# Implement integer exponentiation faster than repeated multiplication

Implement integer exponentiation. That is, implement the pow(x, y) function, where x and y are integers and returns x^y.

Do this faster than the naive method of repeated multiplication.

For example, pow(2, 10) should return 1024.

Solution 1

function pow(x, y) {
if (!y) { return 1; }
let tmp = res = x;
for (let i = 1; i < y; i++) {
for (let j = 1; j < x; j++) {
tmp += res;
}
res = tmp;
}
return res;
}

console.log(pow(2, 10));


I can't claim the following solution to be originally by me. I read it up and implemented it the way I understood. I'm also not sure whether Solution 1 nor Solution 2 is "faster than (...) repeated multiplication".

Solution 2 Also known as "Exponentiation by squaring"

function pow2(x, y) {
if (!y) { return 1; }
if (y % 2) {
return x * pow2(x, y - 1);
}
const p = pow2(x, y/2);
return p * p;
}

console.log(pow2(2,10));


This function is very dependent on the inputs, with the function pow being the fastest when the power (second arg) is small, but quickly becomes slower as the power grows.

## Bit-wise and wiser recursing

You can get a tiny bit more out of the pow2 function if you use bit-wise math. The big gain is in avoiding the need to step into the last recursion that returns 1. See (Example B)

The following functions where bench marked. See bottom table.

function pow(x, y) {
if (!y) { return 1 }
let tmp = res = x;
for (let i = 1; i < y; i++) {
for (let j = 1; j < x; j++) { tmp += res }
res = tmp;
}
return res;
}

function pow2(x, y) {
if (!y) { return 1; }
if (y % 2) {
return x * pow2(x, y - 1);
}
const p = pow2(x, y/2);
return p * p;
}


## Example B

// Using bitwise math and skipping last recursion when possible
function pow2B(x, y) {
if (y < 2) { return y ? x : 1 }
if (y & 1) { return x * pow2B(x, y & 0x7FFFFFFE)}
const p = pow2B(x, y >> 1);
return p * p;
}


The benchmark results

Time per 10,000 calls in µs (1/1,000,000th sec)
===============================================
args >>   (21, 11) |  (2, 8)  |  (1, 2)
===================|==========|================
pow        0.075µs | 0.014µs  | 0.007µs
pow2       0.014µs | 0.010µs  | 0.005µs (*1)
pow2B (*2) 0.011µs | 0.007µs  | 0.005µs


NOTES

• (*1) The times are right on the precision limits but the pow2 function for (1,2) consistently completed 200 Million operations per second compared to the next best at 194 million. The difference to small to show up in the times.

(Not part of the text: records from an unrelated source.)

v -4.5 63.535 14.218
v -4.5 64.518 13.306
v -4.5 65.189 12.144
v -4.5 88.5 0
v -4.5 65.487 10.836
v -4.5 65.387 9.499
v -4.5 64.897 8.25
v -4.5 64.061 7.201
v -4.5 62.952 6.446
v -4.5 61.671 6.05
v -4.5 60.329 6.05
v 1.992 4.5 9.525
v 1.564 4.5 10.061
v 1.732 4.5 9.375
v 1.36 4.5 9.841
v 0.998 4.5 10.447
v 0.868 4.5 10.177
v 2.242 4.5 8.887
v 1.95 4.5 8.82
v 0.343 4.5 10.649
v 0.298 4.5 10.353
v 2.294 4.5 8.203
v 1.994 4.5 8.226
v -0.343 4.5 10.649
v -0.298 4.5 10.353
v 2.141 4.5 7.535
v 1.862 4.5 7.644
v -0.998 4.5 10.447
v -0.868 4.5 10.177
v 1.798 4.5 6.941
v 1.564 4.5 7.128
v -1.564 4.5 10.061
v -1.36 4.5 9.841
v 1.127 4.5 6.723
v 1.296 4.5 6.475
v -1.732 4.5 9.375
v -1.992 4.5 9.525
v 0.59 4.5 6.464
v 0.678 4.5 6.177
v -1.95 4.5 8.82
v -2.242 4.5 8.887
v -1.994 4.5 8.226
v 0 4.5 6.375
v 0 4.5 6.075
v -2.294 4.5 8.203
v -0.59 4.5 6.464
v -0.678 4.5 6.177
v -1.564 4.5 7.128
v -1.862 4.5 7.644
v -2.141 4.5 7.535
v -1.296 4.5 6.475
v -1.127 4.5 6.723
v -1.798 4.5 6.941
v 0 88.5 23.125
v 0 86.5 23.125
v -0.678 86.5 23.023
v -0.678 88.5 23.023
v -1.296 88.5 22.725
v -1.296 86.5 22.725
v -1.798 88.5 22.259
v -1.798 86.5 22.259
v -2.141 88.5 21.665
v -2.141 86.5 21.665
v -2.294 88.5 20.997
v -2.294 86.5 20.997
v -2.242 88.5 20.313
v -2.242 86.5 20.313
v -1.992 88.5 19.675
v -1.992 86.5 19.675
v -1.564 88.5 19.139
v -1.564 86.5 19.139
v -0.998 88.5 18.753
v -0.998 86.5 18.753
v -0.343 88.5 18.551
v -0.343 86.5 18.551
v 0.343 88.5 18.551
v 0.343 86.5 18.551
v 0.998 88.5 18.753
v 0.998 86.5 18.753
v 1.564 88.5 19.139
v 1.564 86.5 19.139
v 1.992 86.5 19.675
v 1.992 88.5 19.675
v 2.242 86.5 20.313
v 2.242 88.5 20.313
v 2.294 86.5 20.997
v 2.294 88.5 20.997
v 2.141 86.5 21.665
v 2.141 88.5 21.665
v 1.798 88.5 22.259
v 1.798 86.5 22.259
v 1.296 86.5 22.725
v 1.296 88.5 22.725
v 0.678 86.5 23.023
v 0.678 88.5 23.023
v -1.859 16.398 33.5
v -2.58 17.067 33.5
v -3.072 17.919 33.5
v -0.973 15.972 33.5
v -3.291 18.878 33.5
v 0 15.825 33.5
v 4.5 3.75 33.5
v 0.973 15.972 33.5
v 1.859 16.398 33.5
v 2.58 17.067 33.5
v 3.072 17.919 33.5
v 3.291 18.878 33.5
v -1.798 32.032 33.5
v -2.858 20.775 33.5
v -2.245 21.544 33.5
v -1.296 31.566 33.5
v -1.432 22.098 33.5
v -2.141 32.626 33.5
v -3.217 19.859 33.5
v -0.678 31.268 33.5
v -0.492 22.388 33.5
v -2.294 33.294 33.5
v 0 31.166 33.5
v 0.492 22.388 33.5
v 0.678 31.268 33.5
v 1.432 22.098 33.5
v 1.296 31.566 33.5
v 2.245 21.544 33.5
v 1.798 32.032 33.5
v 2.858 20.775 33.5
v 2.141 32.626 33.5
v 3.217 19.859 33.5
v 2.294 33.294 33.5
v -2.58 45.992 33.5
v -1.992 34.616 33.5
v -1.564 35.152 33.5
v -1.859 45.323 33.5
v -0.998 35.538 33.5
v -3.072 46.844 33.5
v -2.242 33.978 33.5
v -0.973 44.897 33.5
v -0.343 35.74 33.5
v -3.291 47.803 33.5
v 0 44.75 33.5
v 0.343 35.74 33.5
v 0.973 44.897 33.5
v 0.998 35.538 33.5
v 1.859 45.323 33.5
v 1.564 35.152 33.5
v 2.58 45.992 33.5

• (*2) The bit-wise math contributed ~25% of the improvement while the 1 less recursion contributed ~75% of the improvement.

• How did you get the benchmark results ? Ảena the results dependent on the browser engine? Apr 13, 2019 at 6:12
• @thadeuszlay Yes dependent on browser and platform, but you will find that relative performance generally keeps the same order across browsers and platforms. Browser Chrome, Win 10, Laptop i7 1.6Ghz. I use my own benchmarker Apr 13, 2019 at 6:24
• BTW: isn’t the use of bitwise operator a good practice? (It makes it less declarative and more difficult to understand by other programmers.) Apr 13, 2019 at 9:08
• @thadeuszlay It is no more or less declarative than using a + operator. All programmers should know how bitwise operators work and how to use them. If not then they should not be messing with your code. Apr 13, 2019 at 10:10

The solution 1 is still a repeated multiplication. The only difference is that the multiplication is implemented as a repeated addition:

    for (let j = 1; j < x; j++) {
tmp += res;
}


is a very long way to say

    tmp = res * x;


and obviously it doesn't make the code any faster.

The second solution is almost correct. It fails for negative y (negative is still integer!), and the handling of pow2(0, 0) is questionable.

Besides that, try to avoid the recursion; recursive calls are expensive, and the goal of the exercise is to achieve the maximal speed. There does exist a true honest-to-goodness iterative algorithm.

To see for yourself how efficient these algorithms are, you can simply add some counters in the code paths:

let assignments = 0;
let multiplications = 0;

const add = (a, b) => {
return a + b;
};


And in your algorithms, just increment these counters in the correct places.

To check whether the exponentiation is efficient, pow(3, 10) should use less than 10 multiplications.

pow(3, 10)
= pow(3, 5) ** 2
= (pow(3, 4) * 3) ** 2
= ((pow(3, 2) ** 2) * 3) ** 2
= (((pow(3, 1) ** 2) ** 2) * 3) ** 2
= (((3 ** 2) ** 2) * 3) ** 2


That's 4 multiplications instead of 10.

In this example I intentionally use 3 as the base in order to avoid confusion between the 2 from the base and the 2 from the squaring.